# Record set:
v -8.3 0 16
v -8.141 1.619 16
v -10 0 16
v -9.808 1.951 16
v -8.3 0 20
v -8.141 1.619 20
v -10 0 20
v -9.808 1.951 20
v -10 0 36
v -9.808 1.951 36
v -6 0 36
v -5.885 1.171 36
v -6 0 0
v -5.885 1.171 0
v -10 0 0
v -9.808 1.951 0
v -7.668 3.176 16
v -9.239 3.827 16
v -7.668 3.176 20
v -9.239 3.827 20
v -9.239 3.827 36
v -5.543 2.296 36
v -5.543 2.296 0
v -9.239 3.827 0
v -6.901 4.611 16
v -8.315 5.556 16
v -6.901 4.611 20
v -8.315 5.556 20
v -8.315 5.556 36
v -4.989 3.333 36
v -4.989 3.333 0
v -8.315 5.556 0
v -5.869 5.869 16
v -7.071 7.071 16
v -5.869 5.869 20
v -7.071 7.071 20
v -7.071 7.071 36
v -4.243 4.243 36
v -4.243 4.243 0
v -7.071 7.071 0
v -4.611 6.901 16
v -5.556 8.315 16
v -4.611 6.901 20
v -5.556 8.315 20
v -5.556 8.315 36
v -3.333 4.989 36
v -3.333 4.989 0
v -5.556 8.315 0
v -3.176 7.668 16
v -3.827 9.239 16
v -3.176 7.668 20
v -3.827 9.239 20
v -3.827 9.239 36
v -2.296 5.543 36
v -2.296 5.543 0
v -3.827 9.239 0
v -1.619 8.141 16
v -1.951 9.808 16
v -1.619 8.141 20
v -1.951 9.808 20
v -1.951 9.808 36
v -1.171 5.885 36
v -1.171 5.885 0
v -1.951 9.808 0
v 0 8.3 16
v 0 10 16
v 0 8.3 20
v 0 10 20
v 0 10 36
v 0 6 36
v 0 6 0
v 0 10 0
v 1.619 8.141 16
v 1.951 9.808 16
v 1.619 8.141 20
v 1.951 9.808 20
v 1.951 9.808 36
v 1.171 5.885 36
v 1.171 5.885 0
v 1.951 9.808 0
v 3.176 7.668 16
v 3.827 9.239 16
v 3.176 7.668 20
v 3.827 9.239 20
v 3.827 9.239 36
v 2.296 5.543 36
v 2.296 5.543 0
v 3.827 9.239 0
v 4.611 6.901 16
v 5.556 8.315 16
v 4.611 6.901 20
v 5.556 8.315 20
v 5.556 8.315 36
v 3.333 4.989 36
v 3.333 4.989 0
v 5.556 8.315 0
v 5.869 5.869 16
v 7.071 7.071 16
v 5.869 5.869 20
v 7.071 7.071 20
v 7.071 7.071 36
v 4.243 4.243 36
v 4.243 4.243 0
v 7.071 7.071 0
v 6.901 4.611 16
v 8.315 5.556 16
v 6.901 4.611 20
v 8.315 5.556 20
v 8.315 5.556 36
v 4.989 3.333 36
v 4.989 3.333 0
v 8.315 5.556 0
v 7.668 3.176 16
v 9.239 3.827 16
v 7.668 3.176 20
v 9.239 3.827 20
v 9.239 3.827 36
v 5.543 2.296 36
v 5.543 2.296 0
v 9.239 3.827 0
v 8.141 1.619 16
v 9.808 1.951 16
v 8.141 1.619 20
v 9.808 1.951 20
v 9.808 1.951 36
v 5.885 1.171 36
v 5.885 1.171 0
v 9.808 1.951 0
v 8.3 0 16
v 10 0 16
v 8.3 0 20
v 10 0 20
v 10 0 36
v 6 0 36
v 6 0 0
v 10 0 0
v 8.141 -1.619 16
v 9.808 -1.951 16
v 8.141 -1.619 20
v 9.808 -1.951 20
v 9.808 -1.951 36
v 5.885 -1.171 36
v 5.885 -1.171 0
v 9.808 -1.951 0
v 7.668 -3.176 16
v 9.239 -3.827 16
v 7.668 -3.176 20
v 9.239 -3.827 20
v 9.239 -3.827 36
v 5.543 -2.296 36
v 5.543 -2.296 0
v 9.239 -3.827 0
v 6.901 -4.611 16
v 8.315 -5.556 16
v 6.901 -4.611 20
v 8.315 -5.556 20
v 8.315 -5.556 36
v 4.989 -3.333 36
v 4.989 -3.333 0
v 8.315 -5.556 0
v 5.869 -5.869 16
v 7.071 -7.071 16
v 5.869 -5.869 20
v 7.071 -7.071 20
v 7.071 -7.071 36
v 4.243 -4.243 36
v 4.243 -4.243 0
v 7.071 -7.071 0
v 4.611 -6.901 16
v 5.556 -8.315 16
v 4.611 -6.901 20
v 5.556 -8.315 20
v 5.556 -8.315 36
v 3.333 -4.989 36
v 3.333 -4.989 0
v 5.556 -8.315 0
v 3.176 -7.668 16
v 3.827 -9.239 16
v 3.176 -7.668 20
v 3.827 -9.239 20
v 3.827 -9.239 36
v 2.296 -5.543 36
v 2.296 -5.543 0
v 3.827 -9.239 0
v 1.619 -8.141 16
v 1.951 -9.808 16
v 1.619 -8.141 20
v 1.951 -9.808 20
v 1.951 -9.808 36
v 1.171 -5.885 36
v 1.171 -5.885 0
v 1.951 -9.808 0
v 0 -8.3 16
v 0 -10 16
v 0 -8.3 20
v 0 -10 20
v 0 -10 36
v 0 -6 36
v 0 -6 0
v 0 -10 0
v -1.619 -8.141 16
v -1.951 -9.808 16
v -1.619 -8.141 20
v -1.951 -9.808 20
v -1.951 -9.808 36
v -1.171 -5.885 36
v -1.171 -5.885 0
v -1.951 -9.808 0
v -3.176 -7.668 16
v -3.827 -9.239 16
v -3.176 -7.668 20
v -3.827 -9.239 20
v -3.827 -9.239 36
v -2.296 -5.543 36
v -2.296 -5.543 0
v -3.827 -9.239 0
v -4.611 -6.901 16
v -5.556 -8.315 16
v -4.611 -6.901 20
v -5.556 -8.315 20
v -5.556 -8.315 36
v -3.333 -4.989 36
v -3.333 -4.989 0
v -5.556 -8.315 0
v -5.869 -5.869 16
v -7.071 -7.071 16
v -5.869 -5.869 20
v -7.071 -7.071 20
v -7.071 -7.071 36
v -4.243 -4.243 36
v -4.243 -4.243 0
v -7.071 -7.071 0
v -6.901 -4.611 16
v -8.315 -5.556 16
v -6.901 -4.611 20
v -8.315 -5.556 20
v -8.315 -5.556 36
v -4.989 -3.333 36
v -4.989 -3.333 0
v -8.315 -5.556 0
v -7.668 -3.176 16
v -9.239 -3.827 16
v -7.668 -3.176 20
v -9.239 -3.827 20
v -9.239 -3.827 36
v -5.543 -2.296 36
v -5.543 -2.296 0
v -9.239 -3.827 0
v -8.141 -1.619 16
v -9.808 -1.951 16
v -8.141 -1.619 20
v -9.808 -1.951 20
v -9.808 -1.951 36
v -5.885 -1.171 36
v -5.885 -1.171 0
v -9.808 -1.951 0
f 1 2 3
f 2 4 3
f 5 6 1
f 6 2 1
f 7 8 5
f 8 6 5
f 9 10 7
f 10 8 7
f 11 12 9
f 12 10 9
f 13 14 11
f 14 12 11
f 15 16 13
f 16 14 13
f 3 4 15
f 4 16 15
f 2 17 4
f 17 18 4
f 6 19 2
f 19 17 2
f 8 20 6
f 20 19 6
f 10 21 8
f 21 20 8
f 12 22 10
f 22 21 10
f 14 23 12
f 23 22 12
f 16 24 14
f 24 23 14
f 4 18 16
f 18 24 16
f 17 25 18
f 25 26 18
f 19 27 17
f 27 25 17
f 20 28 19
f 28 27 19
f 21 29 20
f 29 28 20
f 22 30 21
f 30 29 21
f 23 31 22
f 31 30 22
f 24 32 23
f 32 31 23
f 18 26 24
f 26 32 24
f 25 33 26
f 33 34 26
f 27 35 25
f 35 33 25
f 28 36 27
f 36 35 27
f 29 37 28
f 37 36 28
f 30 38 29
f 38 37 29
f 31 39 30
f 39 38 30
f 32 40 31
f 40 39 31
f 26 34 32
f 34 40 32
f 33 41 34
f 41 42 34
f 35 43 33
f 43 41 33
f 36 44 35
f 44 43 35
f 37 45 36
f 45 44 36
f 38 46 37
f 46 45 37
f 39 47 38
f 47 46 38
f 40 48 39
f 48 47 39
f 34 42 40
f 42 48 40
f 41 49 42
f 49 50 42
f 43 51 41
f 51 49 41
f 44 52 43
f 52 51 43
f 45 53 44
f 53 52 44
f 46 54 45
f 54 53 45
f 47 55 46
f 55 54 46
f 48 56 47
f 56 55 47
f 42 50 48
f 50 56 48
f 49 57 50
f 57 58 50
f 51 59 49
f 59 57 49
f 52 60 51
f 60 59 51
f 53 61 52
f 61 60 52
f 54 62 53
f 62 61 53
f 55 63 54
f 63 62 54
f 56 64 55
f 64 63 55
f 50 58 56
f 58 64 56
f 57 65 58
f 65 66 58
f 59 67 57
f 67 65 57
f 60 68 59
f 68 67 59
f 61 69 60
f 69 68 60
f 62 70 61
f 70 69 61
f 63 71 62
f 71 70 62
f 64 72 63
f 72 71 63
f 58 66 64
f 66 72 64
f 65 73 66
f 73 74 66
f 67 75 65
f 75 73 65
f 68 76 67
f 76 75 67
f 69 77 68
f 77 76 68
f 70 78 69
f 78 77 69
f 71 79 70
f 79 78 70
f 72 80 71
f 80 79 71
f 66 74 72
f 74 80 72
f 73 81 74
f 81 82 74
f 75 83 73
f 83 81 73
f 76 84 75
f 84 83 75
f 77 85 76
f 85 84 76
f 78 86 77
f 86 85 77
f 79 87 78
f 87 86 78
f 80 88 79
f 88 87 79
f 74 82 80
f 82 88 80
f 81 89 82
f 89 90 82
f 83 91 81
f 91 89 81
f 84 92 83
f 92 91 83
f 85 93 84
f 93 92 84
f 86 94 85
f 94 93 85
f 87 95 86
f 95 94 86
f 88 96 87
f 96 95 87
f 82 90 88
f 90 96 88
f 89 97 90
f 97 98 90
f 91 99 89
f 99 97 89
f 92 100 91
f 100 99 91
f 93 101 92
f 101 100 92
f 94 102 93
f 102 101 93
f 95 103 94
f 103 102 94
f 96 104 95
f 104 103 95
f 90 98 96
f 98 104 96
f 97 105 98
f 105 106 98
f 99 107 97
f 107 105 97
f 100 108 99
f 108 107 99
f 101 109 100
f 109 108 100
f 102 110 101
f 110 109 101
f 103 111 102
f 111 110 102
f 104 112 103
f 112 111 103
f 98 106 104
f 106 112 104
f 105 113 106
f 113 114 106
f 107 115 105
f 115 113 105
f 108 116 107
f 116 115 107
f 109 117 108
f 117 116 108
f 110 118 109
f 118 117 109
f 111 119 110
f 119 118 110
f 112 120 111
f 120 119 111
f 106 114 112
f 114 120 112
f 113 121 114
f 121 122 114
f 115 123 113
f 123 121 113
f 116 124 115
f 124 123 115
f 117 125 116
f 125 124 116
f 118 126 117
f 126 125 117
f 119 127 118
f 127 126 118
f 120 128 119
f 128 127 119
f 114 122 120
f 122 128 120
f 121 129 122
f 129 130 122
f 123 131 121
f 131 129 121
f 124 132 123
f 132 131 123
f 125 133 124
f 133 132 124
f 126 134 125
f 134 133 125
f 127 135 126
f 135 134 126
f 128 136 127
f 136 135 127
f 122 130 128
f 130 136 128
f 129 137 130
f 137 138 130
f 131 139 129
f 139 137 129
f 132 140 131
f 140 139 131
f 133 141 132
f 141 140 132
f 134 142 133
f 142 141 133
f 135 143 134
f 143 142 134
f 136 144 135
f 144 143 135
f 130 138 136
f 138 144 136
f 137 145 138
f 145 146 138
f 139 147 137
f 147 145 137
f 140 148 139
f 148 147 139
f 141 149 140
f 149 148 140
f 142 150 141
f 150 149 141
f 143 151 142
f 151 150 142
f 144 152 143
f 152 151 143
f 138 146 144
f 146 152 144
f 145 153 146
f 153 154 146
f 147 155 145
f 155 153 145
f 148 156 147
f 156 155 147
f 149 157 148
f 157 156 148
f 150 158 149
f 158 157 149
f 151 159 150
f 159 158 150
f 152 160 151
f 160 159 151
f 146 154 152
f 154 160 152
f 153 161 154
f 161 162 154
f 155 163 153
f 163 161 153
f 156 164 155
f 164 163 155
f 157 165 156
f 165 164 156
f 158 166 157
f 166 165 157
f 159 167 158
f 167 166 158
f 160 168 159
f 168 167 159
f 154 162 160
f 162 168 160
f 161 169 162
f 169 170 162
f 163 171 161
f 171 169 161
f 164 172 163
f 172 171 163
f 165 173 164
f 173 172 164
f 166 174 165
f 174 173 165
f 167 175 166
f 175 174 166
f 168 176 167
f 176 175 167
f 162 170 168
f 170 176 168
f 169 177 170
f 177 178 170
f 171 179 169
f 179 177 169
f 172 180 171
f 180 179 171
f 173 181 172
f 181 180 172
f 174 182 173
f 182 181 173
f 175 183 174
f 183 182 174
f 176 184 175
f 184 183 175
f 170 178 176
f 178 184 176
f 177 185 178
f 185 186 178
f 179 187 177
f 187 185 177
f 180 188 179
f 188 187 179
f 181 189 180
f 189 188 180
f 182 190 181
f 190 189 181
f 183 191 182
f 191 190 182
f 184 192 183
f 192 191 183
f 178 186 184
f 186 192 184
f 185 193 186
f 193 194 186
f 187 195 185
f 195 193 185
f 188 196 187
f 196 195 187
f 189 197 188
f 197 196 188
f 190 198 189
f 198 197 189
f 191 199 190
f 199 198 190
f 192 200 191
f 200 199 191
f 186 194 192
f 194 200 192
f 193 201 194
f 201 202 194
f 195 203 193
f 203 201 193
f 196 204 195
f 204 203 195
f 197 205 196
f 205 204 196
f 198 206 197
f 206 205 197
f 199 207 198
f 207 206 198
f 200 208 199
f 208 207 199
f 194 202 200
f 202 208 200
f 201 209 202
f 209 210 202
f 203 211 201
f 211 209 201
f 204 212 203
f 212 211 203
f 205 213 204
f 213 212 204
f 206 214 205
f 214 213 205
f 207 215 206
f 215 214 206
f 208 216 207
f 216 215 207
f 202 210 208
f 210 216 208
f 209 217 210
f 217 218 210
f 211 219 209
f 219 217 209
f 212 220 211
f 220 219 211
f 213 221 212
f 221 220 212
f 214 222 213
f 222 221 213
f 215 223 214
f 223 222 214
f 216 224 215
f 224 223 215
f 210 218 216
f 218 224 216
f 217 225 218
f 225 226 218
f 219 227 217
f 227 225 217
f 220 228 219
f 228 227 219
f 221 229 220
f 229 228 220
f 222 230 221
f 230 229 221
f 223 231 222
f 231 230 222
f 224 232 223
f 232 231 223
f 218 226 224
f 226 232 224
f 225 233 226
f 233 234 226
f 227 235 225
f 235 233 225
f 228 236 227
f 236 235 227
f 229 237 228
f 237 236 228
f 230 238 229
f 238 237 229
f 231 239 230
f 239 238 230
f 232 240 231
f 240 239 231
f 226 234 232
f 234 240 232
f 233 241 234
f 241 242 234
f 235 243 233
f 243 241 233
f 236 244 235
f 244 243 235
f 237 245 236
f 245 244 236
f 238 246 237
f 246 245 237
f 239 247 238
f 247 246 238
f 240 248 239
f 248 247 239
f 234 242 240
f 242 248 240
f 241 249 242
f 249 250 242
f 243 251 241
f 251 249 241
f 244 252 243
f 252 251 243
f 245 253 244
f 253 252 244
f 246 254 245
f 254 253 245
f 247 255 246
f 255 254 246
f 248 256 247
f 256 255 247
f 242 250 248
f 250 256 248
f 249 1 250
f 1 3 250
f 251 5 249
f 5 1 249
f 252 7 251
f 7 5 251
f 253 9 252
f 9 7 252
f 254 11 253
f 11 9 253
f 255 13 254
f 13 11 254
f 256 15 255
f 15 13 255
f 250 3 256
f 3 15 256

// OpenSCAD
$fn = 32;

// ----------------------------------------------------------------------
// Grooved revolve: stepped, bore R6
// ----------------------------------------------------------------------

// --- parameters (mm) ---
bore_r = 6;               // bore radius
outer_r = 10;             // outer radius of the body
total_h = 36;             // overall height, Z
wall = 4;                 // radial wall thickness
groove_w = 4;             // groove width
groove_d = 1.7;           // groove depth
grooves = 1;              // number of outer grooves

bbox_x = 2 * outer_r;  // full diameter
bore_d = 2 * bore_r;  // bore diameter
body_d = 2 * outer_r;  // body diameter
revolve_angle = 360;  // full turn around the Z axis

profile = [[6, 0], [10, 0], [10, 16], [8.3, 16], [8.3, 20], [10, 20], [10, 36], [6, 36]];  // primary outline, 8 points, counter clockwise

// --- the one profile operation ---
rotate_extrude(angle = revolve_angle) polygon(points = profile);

# To do:
Where the line holding "v 9.808 1.951 36" appears in the listing above, start reproducing exactly, and end with the line holding "v -5.543 -2.296 0".

# Answer to this problem:
v 9.808 1.951 36
v 5.885 1.171 36
v 5.885 1.171 0
v 9.808 1.951 0
v 8.3 0 16
v 10 0 16
v 8.3 0 20
v 10 0 20
v 10 0 36
v 6 0 36
v 6 0 0
v 10 0 0
v 8.141 -1.619 16
v 9.808 -1.951 16
v 8.141 -1.619 20
v 9.808 -1.951 20
v 9.808 -1.951 36
v 5.885 -1.171 36
v 5.885 -1.171 0
v 9.808 -1.951 0
v 7.668 -3.176 16
v 9.239 -3.827 16
v 7.668 -3.176 20
v 9.239 -3.827 20
v 9.239 -3.827 36
v 5.543 -2.296 36
v 5.543 -2.296 0
v 9.239 -3.827 0
v 6.901 -4.611 16
v 8.315 -5.556 16
v 6.901 -4.611 20
v 8.315 -5.556 20
v 8.315 -5.556 36
v 4.989 -3.333 36
v 4.989 -3.333 0
v 8.315 -5.556 0
v 5.869 -5.869 16
v 7.071 -7.071 16
v 5.869 -5.869 20
v 7.071 -7.071 20
v 7.071 -7.071 36
v 4.243 -4.243 36
v 4.243 -4.243 0
v 7.071 -7.071 0
v 4.611 -6.901 16
v 5.556 -8.315 16
v 4.611 -6.901 20
v 5.556 -8.315 20
v 5.556 -8.315 36
v 3.333 -4.989 36
v 3.333 -4.989 0
v 5.556 -8.315 0
v 3.176 -7.668 16
v 3.827 -9.239 16
v 3.176 -7.668 20
v 3.827 -9.239 20
v 3.827 -9.239 36
v 2.296 -5.543 36
v 2.296 -5.543 0
v 3.827 -9.239 0
v 1.619 -8.141 16
v 1.951 -9.808 16
v 1.619 -8.141 20
v 1.951 -9.808 20
v 1.951 -9.808 36
v 1.171 -5.885 36
v 1.171 -5.885 0
v 1.951 -9.808 0
v 0 -8.3 16
v 0 -10 16
v 0 -8.3 20
v 0 -10 20
v 0 -10 36
v 0 -6 36
v 0 -6 0
v 0 -10 0
v -1.619 -8.141 16
v -1.951 -9.808 16
v -1.619 -8.141 20
v -1.951 -9.808 20
v -1.951 -9.808 36
v -1.171 -5.885 36
v -1.171 -5.885 0
v -1.951 -9.808 0
v -3.176 -7.668 16
v -3.827 -9.239 16
v -3.176 -7.668 20
v -3.827 -9.239 20
v -3.827 -9.239 36
v -2.296 -5.543 36
v -2.296 -5.543 0
v -3.827 -9.239 0
v -4.611 -6.901 16
v -5.556 -8.315 16
v -4.611 -6.901 20
v -5.556 -8.315 20
v -5.556 -8.315 36
v -3.333 -4.989 36
v -3.333 -4.989 0
v -5.556 -8.315 0
v -5.869 -5.869 16
v -7.071 -7.071 16
v -5.869 -5.869 20
v -7.071 -7.071 20
v -7.071 -7.071 36
v -4.243 -4.243 36
v -4.243 -4.243 0
v -7.071 -7.071 0
v -6.901 -4.611 16
v -8.315 -5.556 16
v -6.901 -4.611 20
v -8.315 -5.556 20
v -8.315 -5.556 36
v -4.989 -3.333 36
v -4.989 -3.333 0
v -8.315 -5.556 0
v -7.668 -3.176 16
v -9.239 -3.827 16
v -7.668 -3.176 20
v -9.239 -3.827 20
v -9.239 -3.827 36
v -5.543 -2.296 36
v -5.543 -2.296 0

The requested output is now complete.